■ Brief: Please transcribe the data that follows exactly, from its first line through the line that contains "v30 (185,82.262742,6)".

[Saved entries]
______________________________

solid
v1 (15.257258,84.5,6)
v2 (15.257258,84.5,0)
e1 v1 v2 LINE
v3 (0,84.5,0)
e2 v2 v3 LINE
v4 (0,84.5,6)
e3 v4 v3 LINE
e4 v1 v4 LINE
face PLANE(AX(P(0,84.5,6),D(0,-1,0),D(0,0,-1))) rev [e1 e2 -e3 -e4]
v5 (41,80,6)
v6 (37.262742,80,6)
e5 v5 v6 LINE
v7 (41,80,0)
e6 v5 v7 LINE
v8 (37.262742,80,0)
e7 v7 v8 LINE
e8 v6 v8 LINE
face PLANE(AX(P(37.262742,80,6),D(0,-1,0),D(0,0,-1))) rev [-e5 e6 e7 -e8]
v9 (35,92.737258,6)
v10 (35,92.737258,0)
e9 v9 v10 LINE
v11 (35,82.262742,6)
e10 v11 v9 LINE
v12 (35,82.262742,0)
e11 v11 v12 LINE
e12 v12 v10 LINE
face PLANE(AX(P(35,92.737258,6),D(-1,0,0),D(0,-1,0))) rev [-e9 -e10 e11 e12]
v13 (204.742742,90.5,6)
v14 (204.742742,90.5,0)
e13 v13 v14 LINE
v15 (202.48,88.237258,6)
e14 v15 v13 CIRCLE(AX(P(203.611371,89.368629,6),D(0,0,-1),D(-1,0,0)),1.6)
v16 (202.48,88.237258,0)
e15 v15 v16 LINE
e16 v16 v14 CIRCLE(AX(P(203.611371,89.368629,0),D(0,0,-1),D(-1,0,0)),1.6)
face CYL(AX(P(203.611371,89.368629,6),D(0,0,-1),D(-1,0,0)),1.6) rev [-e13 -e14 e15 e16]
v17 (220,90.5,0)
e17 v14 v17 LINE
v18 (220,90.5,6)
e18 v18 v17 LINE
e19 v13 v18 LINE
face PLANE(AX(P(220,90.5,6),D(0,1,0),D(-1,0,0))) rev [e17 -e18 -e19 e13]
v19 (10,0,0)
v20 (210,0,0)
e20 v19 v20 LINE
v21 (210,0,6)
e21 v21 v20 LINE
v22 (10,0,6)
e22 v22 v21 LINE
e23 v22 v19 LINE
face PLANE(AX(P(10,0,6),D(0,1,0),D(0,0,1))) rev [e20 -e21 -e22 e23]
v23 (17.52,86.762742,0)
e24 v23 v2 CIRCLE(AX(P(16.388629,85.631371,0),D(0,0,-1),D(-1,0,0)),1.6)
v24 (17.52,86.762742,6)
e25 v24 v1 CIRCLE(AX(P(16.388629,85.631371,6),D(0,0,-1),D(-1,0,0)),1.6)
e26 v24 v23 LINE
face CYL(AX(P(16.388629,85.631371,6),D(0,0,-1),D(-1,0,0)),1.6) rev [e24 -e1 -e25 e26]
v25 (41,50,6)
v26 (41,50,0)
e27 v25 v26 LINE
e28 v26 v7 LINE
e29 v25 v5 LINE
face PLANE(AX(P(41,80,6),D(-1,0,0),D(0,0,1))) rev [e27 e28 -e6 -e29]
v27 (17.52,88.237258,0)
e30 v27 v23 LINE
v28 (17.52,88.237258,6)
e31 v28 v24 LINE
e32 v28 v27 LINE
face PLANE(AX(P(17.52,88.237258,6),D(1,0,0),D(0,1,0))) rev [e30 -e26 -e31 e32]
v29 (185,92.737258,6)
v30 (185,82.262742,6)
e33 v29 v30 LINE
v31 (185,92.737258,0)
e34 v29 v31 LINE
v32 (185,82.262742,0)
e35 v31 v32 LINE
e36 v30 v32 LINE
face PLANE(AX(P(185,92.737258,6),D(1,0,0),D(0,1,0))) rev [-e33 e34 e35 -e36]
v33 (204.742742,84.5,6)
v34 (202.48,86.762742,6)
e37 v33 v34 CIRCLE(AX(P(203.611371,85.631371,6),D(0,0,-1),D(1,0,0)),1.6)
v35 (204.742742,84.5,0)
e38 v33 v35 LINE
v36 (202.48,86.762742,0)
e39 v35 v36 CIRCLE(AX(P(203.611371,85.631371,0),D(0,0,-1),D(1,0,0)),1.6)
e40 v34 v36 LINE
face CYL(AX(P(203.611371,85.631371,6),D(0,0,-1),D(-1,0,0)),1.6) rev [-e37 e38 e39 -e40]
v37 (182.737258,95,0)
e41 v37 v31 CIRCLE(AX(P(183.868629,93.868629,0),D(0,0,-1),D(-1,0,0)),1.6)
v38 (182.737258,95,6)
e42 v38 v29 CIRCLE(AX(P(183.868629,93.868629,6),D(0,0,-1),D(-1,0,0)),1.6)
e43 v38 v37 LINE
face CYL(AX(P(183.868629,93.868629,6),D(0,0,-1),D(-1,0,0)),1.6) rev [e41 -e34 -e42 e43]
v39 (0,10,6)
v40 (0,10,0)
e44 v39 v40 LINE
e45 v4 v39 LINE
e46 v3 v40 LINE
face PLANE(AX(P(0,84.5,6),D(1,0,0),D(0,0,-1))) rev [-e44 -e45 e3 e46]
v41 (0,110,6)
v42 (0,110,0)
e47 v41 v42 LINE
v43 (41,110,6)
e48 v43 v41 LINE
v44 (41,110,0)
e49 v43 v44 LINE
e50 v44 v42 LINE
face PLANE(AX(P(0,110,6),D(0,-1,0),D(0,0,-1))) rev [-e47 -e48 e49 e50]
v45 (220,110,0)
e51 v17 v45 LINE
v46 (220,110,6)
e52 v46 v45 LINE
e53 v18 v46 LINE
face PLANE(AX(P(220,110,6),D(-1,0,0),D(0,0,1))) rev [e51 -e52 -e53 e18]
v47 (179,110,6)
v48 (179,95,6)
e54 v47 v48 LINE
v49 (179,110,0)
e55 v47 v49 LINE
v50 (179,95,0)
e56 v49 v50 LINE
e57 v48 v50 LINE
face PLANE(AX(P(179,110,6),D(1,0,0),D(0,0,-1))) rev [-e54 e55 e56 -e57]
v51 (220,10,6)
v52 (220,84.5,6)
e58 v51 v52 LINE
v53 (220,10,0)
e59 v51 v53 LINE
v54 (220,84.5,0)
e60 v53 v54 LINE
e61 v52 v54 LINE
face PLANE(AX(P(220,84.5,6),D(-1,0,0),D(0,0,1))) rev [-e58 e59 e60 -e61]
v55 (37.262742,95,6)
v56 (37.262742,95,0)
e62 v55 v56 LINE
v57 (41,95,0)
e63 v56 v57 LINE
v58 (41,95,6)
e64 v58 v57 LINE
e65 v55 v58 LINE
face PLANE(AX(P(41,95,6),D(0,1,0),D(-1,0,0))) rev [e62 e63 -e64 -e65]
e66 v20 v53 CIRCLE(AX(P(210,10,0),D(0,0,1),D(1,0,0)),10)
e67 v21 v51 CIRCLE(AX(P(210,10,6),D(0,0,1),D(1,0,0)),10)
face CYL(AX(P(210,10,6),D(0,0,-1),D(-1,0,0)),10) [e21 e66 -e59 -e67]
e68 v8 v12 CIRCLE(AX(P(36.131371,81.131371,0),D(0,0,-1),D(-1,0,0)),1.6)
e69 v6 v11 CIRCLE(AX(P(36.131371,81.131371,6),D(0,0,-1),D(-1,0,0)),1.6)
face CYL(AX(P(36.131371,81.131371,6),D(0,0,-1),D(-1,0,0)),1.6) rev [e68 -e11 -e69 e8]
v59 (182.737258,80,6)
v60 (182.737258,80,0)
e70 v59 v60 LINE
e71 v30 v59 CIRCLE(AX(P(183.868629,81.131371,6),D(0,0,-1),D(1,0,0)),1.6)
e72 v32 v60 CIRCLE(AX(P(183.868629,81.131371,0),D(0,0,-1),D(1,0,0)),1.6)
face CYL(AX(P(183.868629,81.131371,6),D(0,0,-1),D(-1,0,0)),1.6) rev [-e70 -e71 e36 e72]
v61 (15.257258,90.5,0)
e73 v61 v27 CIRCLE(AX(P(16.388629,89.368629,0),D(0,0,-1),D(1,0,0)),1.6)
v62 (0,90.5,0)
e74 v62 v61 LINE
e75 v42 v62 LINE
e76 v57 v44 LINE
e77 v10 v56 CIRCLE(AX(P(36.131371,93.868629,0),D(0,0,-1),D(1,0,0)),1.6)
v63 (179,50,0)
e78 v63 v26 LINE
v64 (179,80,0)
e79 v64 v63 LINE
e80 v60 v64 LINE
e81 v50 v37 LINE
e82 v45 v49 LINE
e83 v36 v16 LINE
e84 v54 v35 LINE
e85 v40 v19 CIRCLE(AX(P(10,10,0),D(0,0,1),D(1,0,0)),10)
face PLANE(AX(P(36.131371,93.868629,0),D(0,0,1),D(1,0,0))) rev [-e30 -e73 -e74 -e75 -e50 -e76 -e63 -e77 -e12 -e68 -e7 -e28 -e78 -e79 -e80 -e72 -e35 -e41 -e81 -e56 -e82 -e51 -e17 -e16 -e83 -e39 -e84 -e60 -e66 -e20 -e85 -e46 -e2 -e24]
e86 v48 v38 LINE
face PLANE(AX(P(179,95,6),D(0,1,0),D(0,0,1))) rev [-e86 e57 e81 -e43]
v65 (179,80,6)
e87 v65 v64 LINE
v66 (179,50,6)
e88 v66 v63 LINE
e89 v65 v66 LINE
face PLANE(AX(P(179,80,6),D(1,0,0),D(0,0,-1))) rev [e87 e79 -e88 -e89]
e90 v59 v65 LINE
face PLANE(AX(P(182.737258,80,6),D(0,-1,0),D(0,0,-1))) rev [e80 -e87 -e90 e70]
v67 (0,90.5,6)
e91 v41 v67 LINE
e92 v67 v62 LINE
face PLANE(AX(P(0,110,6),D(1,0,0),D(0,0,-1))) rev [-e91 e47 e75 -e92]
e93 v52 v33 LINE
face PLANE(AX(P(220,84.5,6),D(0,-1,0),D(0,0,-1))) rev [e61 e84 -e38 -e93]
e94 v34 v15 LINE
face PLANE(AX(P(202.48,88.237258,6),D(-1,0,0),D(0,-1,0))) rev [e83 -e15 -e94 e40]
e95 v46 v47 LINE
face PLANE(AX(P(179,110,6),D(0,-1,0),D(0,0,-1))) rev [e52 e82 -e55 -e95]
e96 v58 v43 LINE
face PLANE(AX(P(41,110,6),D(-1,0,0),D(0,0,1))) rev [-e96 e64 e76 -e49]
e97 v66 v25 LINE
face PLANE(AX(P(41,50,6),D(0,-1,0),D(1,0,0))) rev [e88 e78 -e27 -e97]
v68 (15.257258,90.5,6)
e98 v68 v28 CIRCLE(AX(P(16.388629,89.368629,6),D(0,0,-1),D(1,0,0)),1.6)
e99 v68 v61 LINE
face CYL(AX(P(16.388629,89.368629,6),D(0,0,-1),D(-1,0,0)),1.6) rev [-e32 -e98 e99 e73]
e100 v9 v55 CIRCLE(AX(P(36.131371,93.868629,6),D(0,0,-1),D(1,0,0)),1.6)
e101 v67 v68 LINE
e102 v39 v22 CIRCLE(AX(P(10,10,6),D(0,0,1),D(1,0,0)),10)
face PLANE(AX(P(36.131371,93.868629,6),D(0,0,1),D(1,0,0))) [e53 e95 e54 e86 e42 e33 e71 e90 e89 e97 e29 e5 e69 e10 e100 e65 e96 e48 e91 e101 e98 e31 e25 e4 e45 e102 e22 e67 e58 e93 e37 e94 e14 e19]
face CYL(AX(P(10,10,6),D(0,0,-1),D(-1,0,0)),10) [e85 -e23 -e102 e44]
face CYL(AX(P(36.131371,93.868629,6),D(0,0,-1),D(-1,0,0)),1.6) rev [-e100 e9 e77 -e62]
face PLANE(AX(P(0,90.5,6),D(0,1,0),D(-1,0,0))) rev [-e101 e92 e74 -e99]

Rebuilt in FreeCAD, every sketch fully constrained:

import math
import FreeCAD as App
import Part
import Sketcher
from FreeCAD import Vector
Q = App.Units.Quantity

doc = App.newDocument("Part")
params = doc.addObject("Spreadsheet::Sheet", "Params")
for row, (alias, value) in enumerate([
    ("sketch1_radius", "10 mm"),
    ("sketch1_radius2", "1.6 mm"),
    ("sketch1_width", "41 mm"),
    ("sketch1_width2", "200 mm"),
    ("sketch1_height", "15 mm"),
    ("pad1_length", "6 mm"),
], start=1):
    params.set(f"A{row}", alias)
    params.set(f"B{row}", "=" + value)
    params.setAlias(f"B{row}", alias)

body = doc.addObject("PartDesign::Body", "Body")

# Sketch on XY plane
sketch1 = doc.addObject("Sketcher::SketchObject", "Sketch")
body.addObject(sketch1)
sketch1.AttachmentSupport = (doc.XY_Plane, [""])
sketch1.MapMode = "FlatFace"
sketch1.addGeometry([
    Part.LineSegment(Vector(41, 95, 0), Vector(41, 110, 0)),  # 0
    Part.LineSegment(Vector(41, 110, 0), Vector(0, 110, 0)),  # 1
    Part.LineSegment(Vector(0, 110, 0), Vector(0, 90.5, 0)),  # 2
    Part.LineSegment(Vector(0, 90.5, 0), Vector(15.3, 90.5, 0)),  # 3
    Part.ArcOfCircle(Part.Circle(Vector(16.4, 89.4, 0), Vector(0, 0, 1), 1.6), math.radians(-45), math.radians(135)),  # 4
    Part.LineSegment(Vector(17.5, 88.2, 0), Vector(17.5, 86.8, 0)),  # 5
    Part.ArcOfCircle(Part.Circle(Vector(16.4, 85.6, 0), Vector(0, 0, 1), 1.6), math.radians(-135), math.radians(45)),  # 6
    Part.LineSegment(Vector(15.3, 84.5, 0), Vector(0, 84.5, 0)),  # 7
    Part.LineSegment(Vector(0, 84.5, 0), Vector(0, 10, 0)),  # 8
    Part.ArcOfCircle(Part.Circle(Vector(10, 10, 0), Vector(0, 0, 1), 10), math.radians(180), math.radians(270)),  # 9
    Part.LineSegment(Vector(10, 0, 0), Vector(210, 0, 0)),  # 10
    Part.ArcOfCircle(Part.Circle(Vector(210, 10, 0), Vector(0, 0, 1), 10), math.radians(-90), math.radians(0)),  # 11
    Part.LineSegment(Vector(220, 10, 0), Vector(220, 84.5, 0)),  # 12
    Part.LineSegment(Vector(220, 84.5, 0), Vector(204.7, 84.5, 0)),  # 13
    Part.ArcOfCircle(Part.Circle(Vector(203.6, 85.6, 0), Vector(0, 0, 1), 1.6), math.radians(135), math.radians(315)),  # 14
    Part.LineSegment(Vector(202.5, 86.8, 0), Vector(202.5, 88.2, 0)),  # 15
    Part.ArcOfCircle(Part.Circle(Vector(203.6, 89.4, 0), Vector(0, 0, 1), 1.6), math.radians(45), math.radians(225)),  # 16
    Part.LineSegment(Vector(204.7, 90.5, 0), Vector(220, 90.5, 0)),  # 17
    Part.LineSegment(Vector(220, 90.5, 0), Vector(220, 110, 0)),  # 18
    Part.LineSegment(Vector(220, 110, 0), Vector(179, 110, 0)),  # 19
    Part.LineSegment(Vector(179, 110, 0), Vector(179, 95, 0)),  # 20
    Part.LineSegment(Vector(179, 95, 0), Vector(182.7, 95, 0)),  # 21
    Part.ArcOfCircle(Part.Circle(Vector(183.9, 93.9, 0), Vector(0, 0, 1), 1.6), math.radians(-45), math.radians(135)),  # 22
    Part.LineSegment(Vector(185, 92.7, 0), Vector(185, 82.3, 0)),  # 23
    Part.ArcOfCircle(Part.Circle(Vector(183.9, 81.1, 0), Vector(0, 0, 1), 1.6), math.radians(-135), math.radians(45)),  # 24
    Part.LineSegment(Vector(182.7, 80, 0), Vector(179, 80, 0)),  # 25
    Part.LineSegment(Vector(179, 80, 0), Vector(179, 50, 0)),  # 26
    Part.LineSegment(Vector(179, 50, 0), Vector(41, 50, 0)),  # 27
    Part.LineSegment(Vector(41, 50, 0), Vector(41, 80, 0)),  # 28
    Part.LineSegment(Vector(41, 80, 0), Vector(37.3, 80, 0)),  # 29
    Part.ArcOfCircle(Part.Circle(Vector(36.1, 81.1, 0), Vector(0, 0, 1), 1.6), math.radians(135), math.radians(315)),  # 30
    Part.LineSegment(Vector(35, 82.3, 0), Vector(35, 92.7, 0)),  # 31
    Part.ArcOfCircle(Part.Circle(Vector(36.1, 93.9, 0), Vector(0, 0, 1), 1.6), math.radians(45), math.radians(225)),  # 32
    Part.LineSegment(Vector(37.3, 95, 0), Vector(41, 95, 0)),  # 33
], False)
sketch1.addConstraint([
    Sketcher.Constraint("Coincident", 0, 2, 1, 1),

______________________________

■ Completed exercise:
solid
v1 (15.257258,84.5,6)
v2 (15.257258,84.5,0)
e1 v1 v2 LINE
v3 (0,84.5,0)
e2 v2 v3 LINE
v4 (0,84.5,6)
e3 v4 v3 LINE
e4 v1 v4 LINE
face PLANE(AX(P(0,84.5,6),D(0,-1,0),D(0,0,-1))) rev [e1 e2 -e3 -e4]
v5 (41,80,6)
v6 (37.262742,80,6)
e5 v5 v6 LINE
v7 (41,80,0)
e6 v5 v7 LINE
v8 (37.262742,80,0)
e7 v7 v8 LINE
e8 v6 v8 LINE
face PLANE(AX(P(37.262742,80,6),D(0,-1,0),D(0,0,-1))) rev [-e5 e6 e7 -e8]
v9 (35,92.737258,6)
v10 (35,92.737258,0)
e9 v9 v10 LINE
v11 (35,82.262742,6)
e10 v11 v9 LINE
v12 (35,82.262742,0)
e11 v11 v12 LINE
e12 v12 v10 LINE
face PLANE(AX(P(35,92.737258,6),D(-1,0,0),D(0,-1,0))) rev [-e9 -e10 e11 e12]
v13 (204.742742,90.5,6)
v14 (204.742742,90.5,0)
e13 v13 v14 LINE
v15 (202.48,88.237258,6)
e14 v15 v13 CIRCLE(AX(P(203.611371,89.368629,6),D(0,0,-1),D(-1,0,0)),1.6)
v16 (202.48,88.237258,0)
e15 v15 v16 LINE
e16 v16 v14 CIRCLE(AX(P(203.611371,89.368629,0),D(0,0,-1),D(-1,0,0)),1.6)
face CYL(AX(P(203.611371,89.368629,6),D(0,0,-1),D(-1,0,0)),1.6) rev [-e13 -e14 e15 e16]
v17 (220,90.5,0)
e17 v14 v17 LINE
v18 (220,90.5,6)
e18 v18 v17 LINE
e19 v13 v18 LINE
face PLANE(AX(P(220,90.5,6),D(0,1,0),D(-1,0,0))) rev [e17 -e18 -e19 e13]
v19 (10,0,0)
v20 (210,0,0)
e20 v19 v20 LINE
v21 (210,0,6)
e21 v21 v20 LINE
v22 (10,0,6)
e22 v22 v21 LINE
e23 v22 v19 LINE
face PLANE(AX(P(10,0,6),D(0,1,0),D(0,0,1))) rev [e20 -e21 -e22 e23]
v23 (17.52,86.762742,0)
e24 v23 v2 CIRCLE(AX(P(16.388629,85.631371,0),D(0,0,-1),D(-1,0,0)),1.6)
v24 (17.52,86.762742,6)
e25 v24 v1 CIRCLE(AX(P(16.388629,85.631371,6),D(0,0,-1),D(-1,0,0)),1.6)
e26 v24 v23 LINE
face CYL(AX(P(16.388629,85.631371,6),D(0,0,-1),D(-1,0,0)),1.6) rev [e24 -e1 -e25 e26]
v25 (41,50,6)
v26 (41,50,0)
e27 v25 v26 LINE
e28 v26 v7 LINE
e29 v25 v5 LINE
face PLANE(AX(P(41,80,6),D(-1,0,0),D(0,0,1))) rev [e27 e28 -e6 -e29]
v27 (17.52,88.237258,0)
e30 v27 v23 LINE
v28 (17.52,88.237258,6)
e31 v28 v24 LINE
e32 v28 v27 LINE
face PLANE(AX(P(17.52,88.237258,6),D(1,0,0),D(0,1,0))) rev [e30 -e26 -e31 e32]
v29 (185,92.737258,6)
v30 (185,82.262742,6)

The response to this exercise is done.